[Dataset entries]
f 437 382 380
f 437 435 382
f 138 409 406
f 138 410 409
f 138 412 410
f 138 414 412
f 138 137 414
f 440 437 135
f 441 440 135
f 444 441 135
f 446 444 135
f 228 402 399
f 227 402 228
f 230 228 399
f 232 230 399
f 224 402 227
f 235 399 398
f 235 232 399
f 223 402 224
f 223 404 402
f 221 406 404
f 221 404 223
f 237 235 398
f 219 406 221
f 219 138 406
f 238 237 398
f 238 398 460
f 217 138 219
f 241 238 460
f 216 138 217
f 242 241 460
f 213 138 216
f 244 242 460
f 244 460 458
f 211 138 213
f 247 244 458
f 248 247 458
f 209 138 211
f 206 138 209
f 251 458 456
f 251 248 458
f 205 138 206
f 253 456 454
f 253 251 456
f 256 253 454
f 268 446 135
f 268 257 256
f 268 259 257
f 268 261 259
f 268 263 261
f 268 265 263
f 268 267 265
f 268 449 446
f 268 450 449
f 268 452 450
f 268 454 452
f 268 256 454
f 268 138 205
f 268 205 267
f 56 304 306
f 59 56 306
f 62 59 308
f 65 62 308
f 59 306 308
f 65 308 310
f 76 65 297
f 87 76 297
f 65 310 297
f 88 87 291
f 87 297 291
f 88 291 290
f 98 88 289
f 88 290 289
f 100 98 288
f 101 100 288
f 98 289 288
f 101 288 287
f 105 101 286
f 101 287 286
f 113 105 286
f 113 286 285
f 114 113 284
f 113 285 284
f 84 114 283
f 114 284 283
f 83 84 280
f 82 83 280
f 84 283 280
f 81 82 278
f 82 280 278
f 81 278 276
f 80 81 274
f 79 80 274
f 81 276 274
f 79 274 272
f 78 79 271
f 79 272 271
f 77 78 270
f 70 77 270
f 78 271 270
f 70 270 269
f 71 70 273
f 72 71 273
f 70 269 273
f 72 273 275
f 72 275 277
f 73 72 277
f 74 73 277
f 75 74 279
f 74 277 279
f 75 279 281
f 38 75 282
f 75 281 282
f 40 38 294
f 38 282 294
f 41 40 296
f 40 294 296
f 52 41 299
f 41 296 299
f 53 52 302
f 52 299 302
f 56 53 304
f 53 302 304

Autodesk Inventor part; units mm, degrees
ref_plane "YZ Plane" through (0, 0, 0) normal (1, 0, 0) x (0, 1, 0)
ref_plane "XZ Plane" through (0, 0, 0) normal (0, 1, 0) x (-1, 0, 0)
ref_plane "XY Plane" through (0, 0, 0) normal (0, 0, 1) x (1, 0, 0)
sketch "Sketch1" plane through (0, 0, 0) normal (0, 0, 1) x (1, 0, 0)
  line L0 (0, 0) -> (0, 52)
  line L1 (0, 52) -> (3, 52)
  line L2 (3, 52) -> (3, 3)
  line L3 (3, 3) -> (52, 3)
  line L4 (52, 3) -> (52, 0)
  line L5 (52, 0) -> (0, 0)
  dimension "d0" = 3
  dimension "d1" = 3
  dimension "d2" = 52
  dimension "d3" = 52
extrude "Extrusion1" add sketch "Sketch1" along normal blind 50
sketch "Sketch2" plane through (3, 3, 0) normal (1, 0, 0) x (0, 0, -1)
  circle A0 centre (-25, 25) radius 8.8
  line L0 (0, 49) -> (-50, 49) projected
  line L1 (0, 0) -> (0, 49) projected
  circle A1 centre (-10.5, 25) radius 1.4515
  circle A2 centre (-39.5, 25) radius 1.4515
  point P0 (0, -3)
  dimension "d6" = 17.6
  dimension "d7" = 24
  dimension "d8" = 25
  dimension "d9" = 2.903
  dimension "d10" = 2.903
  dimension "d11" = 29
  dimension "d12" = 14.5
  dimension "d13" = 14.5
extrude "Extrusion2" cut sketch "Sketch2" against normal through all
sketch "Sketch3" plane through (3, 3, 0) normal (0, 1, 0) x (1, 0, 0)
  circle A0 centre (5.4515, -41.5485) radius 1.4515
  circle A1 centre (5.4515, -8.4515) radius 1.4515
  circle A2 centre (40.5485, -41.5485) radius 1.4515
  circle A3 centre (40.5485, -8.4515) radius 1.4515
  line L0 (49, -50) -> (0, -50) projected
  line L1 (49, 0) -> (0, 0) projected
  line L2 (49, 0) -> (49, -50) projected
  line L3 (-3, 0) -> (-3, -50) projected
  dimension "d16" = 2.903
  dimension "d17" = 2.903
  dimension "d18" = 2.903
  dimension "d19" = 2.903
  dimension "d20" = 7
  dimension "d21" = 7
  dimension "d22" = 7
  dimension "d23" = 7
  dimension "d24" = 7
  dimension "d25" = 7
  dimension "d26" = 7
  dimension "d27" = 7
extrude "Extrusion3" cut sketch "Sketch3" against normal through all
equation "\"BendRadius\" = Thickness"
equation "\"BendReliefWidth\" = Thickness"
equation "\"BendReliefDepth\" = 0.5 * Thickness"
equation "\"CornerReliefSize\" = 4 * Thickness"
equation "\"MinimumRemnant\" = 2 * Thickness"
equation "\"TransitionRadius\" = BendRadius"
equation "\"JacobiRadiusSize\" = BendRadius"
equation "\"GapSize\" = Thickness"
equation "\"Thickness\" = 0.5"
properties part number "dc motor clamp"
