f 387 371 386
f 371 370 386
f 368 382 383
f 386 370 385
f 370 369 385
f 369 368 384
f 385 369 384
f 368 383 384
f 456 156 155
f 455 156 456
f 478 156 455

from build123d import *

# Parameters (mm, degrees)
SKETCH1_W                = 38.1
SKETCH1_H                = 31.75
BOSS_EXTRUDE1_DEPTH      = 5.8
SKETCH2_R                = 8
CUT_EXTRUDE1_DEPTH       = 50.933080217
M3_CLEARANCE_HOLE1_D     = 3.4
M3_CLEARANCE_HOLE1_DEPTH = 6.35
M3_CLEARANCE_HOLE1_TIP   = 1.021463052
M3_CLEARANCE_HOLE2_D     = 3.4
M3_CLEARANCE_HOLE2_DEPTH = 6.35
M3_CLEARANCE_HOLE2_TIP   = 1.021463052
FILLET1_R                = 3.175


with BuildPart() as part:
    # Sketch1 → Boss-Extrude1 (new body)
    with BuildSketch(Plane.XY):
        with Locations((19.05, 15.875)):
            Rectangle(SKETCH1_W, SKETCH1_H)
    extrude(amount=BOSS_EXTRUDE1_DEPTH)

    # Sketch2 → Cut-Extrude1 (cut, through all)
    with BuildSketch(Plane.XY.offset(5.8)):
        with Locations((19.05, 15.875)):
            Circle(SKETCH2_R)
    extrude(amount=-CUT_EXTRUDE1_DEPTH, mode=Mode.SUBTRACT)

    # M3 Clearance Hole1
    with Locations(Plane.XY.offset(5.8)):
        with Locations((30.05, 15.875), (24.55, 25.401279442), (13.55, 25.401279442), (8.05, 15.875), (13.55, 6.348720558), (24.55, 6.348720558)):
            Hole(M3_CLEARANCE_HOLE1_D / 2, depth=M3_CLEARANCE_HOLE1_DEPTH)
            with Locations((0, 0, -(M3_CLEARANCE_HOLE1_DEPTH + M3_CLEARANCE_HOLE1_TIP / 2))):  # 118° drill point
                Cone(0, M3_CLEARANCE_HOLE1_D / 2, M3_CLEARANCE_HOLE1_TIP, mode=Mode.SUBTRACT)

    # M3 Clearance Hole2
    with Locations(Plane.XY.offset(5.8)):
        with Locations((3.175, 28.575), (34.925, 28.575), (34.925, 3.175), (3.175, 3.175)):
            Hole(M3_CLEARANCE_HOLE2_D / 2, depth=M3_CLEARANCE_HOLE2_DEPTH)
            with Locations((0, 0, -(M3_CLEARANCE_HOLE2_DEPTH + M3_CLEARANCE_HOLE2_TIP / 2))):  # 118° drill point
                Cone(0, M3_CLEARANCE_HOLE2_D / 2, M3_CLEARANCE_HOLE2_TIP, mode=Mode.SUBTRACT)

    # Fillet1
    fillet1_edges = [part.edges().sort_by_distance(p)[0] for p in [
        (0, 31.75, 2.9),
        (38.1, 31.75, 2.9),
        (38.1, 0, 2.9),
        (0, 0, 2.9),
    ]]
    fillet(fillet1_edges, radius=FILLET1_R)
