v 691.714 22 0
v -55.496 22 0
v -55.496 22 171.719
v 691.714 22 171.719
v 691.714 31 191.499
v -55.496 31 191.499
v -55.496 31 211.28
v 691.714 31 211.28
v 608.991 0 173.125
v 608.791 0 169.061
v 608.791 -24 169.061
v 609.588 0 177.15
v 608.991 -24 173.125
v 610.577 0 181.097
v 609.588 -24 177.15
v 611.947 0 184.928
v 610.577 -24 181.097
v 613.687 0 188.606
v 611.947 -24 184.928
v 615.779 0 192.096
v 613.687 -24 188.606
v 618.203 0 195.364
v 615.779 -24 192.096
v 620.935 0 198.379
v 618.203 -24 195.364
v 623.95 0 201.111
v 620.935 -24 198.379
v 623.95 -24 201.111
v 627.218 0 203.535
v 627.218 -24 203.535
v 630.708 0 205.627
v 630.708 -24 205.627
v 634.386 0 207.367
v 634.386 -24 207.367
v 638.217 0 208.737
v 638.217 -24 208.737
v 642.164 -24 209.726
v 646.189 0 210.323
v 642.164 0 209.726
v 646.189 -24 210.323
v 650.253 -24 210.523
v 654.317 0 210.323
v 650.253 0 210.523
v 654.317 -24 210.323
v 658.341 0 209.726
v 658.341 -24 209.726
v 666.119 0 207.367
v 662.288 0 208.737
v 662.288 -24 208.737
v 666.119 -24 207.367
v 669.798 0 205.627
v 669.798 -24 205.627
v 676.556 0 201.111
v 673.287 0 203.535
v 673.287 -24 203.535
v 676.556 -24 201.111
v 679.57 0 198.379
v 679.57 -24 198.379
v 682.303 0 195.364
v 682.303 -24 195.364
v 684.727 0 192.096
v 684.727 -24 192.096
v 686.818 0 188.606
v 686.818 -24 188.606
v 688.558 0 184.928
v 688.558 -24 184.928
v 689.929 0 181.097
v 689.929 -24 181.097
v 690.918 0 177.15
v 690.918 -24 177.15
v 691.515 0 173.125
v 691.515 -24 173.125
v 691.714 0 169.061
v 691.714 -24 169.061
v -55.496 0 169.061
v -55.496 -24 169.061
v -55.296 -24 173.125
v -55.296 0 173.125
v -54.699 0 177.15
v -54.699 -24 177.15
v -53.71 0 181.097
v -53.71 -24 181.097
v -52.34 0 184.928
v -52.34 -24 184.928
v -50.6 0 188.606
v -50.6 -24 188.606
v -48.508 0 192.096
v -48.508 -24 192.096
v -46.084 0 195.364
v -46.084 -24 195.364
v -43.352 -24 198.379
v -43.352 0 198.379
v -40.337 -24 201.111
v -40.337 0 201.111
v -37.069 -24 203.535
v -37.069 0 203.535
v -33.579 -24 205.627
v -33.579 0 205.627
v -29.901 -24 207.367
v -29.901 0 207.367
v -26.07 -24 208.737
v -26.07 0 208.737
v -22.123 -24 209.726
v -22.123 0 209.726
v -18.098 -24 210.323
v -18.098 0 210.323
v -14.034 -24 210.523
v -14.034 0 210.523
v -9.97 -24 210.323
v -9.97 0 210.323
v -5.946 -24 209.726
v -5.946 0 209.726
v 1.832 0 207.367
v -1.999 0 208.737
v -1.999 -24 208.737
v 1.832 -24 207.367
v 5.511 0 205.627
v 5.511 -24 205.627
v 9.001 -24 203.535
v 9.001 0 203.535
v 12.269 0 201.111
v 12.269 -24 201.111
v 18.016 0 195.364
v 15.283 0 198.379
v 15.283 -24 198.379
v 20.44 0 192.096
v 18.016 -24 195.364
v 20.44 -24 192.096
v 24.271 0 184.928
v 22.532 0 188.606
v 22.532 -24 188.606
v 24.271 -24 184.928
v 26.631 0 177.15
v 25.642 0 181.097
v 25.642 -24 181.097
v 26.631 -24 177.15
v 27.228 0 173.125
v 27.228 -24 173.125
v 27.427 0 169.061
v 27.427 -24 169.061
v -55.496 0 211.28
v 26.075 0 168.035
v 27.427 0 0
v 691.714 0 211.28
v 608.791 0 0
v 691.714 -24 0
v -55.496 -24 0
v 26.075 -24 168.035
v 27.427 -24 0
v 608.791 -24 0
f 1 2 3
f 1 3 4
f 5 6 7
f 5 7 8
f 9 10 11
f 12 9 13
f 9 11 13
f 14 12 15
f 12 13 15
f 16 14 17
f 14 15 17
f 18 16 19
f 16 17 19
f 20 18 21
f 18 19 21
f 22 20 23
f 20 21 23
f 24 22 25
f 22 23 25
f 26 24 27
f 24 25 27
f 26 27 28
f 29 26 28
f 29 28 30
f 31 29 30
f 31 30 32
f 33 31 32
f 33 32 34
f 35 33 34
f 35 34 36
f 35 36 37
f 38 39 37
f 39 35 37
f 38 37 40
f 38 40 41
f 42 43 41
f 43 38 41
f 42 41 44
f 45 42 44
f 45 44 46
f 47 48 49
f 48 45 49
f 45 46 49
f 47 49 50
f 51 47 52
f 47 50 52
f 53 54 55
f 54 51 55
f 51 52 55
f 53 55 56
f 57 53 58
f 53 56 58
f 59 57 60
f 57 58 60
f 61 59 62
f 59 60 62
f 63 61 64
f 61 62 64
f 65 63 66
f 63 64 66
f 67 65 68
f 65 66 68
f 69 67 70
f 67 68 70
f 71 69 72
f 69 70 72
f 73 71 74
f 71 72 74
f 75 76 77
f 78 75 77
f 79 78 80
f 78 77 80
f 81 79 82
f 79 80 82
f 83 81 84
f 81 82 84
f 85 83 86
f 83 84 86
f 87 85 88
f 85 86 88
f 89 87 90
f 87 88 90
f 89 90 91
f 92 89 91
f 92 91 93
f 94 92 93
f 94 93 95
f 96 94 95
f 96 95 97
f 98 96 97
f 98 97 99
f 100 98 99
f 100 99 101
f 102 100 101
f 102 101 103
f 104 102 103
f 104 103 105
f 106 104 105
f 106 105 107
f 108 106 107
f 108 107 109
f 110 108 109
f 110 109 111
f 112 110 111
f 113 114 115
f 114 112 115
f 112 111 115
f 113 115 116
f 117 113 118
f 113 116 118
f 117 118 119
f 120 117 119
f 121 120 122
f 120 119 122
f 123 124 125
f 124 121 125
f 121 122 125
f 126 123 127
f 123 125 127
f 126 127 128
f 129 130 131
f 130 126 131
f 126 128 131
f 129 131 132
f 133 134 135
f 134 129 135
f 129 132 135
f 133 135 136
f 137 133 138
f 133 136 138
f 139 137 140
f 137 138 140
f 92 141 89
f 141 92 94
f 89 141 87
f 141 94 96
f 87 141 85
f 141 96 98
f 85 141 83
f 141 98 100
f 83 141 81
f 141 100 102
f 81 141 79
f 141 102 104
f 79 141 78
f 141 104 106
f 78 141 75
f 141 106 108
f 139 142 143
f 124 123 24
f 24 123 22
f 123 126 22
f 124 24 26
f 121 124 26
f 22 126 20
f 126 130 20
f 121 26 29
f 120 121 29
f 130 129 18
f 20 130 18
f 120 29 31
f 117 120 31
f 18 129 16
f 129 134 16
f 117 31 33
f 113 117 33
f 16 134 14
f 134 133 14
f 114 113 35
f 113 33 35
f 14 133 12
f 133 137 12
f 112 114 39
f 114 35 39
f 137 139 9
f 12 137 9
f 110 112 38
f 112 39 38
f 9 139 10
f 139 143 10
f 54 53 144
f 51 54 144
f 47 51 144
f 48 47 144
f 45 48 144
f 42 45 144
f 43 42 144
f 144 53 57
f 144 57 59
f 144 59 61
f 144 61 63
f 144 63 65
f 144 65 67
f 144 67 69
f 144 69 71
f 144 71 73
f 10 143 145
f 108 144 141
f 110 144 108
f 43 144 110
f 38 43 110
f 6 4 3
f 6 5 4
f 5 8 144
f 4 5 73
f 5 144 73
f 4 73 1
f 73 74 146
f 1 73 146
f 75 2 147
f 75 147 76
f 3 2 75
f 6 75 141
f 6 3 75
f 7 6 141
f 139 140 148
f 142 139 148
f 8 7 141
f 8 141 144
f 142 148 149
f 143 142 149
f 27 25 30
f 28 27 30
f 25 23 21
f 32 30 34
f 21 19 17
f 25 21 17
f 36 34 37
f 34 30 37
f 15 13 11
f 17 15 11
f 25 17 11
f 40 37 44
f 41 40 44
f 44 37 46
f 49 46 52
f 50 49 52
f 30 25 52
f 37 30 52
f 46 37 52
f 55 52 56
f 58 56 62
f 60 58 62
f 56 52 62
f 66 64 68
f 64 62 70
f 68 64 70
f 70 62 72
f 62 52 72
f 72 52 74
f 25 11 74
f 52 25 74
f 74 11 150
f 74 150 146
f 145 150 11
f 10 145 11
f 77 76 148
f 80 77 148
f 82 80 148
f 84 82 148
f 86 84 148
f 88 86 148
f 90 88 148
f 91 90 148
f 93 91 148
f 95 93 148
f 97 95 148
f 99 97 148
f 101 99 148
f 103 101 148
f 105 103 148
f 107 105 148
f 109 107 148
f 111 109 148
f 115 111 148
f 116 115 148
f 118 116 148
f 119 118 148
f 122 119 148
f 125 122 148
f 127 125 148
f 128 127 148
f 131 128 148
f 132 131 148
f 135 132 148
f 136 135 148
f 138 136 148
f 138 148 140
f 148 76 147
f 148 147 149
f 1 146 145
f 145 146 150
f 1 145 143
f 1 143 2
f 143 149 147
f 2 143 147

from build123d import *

# Parameters (mm, degrees)
CROQUIS1_W              = 747.21
CROQUIS1_H              = 211.28
SALIENTE_EXTRUIR1_DEPTH = 22
SALIENTE_EXTRUIR6_DEPTH = 39


with BuildPart() as part:
    # Croquis1 → Saliente-Extruir1 (new body)
    with BuildSketch(Plane(origin=(0, 0, 0), x_dir=(1, 0, 0), z_dir=(0, 1, 0))):
        with Locations((318.109210015, -105.64)):
            Rectangle(CROQUIS1_W, CROQUIS1_H)
    extrude(amount=SALIENTE_EXTRUIR1_DEPTH)

    # Croquis2 → Recubrir1 section 0
    with BuildSketch(Plane(origin=(0, 22, 0), x_dir=(1, 0, 0), z_dir=(0, 1, 0))):
        with BuildLine():
            Line((-55.495789985, -171.71895061), (-55.495789985, -211.28))
            Line((-55.495789985, -211.28), (691.714210015, -211.28))
            Line((691.714210015, -211.28), (691.714210015, -171.71895061))
            Line((691.714210015, -171.71895061), (-55.495789985, -171.71895061))
        make_face()
    # Croquis3 → Recubrir1 section 1
    with BuildSketch(Plane(origin=(0, 31, 0), x_dir=(1, 0, 0), z_dir=(0, 1, 0))):
        with BuildLine():
            Line((-55.495789985, -211.28), (-55.495789985, -191.499475305))
            Line((-55.495789985, -191.499475305), (691.714210015, -191.499475305))
            Line((691.714210015, -191.499475305), (691.714210015, -211.28))
            Line((691.714210015, -211.28), (-55.495789985, -211.28))
        make_face()
    loft()

    # Croquis4 → Saliente-Extruir6 (add)
    with BuildSketch(Plane(origin=(0, -24, 0), x_dir=(-1, 0, 0), z_dir=(0, -1, 0))):
        with BuildLine():
            Line((-691.714210015, 0), (-608.79118576, 0))
            Line((-608.79118576, 0), (-608.79118576, -169.061248366))
            ThreePointArc((-608.79118576, -169.061248366), (-650.252697887, -210.522760493), (-691.714210015, -169.061248366))
            Line((-691.714210015, -169.061248366), (-691.714210015, 0))
        make_face()
        with BuildLine():
            Line((55.495789985, 0), (55.495789985, -169.06124837))
            ThreePointArc((55.495789985, -169.06124837), (14.034277855, -210.5227605), (-27.427234275, -169.06124837))
            Line((-27.427234275, -169.06124837), (-26.075334487, -168.034902921))
            Line((-26.075334487, -168.034902921), (-27.427234275, 0))
            Line((-27.427234275, 0), (55.495789985, 0))
        make_face()
    extrude(amount=-SALIENTE_EXTRUIR6_DEPTH)


solid = part.part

#### Task to complete:
Both the first line of the data above and the line with "f 223 402 224" must be included; please return exactly those lines and the ones between them.

#### Solved exercise:
f 437 382 380
f 437 435 382
f 138 409 406
f 138 410 409
f 138 412 410
f 138 414 412
f 138 137 414
f 440 437 135
f 441 440 135
f 444 441 135
f 446 444 135
f 228 402 399
f 227 402 228
f 230 228 399
f 232 230 399
f 224 402 227
f 235 399 398
f 235 232 399
f 223 402 224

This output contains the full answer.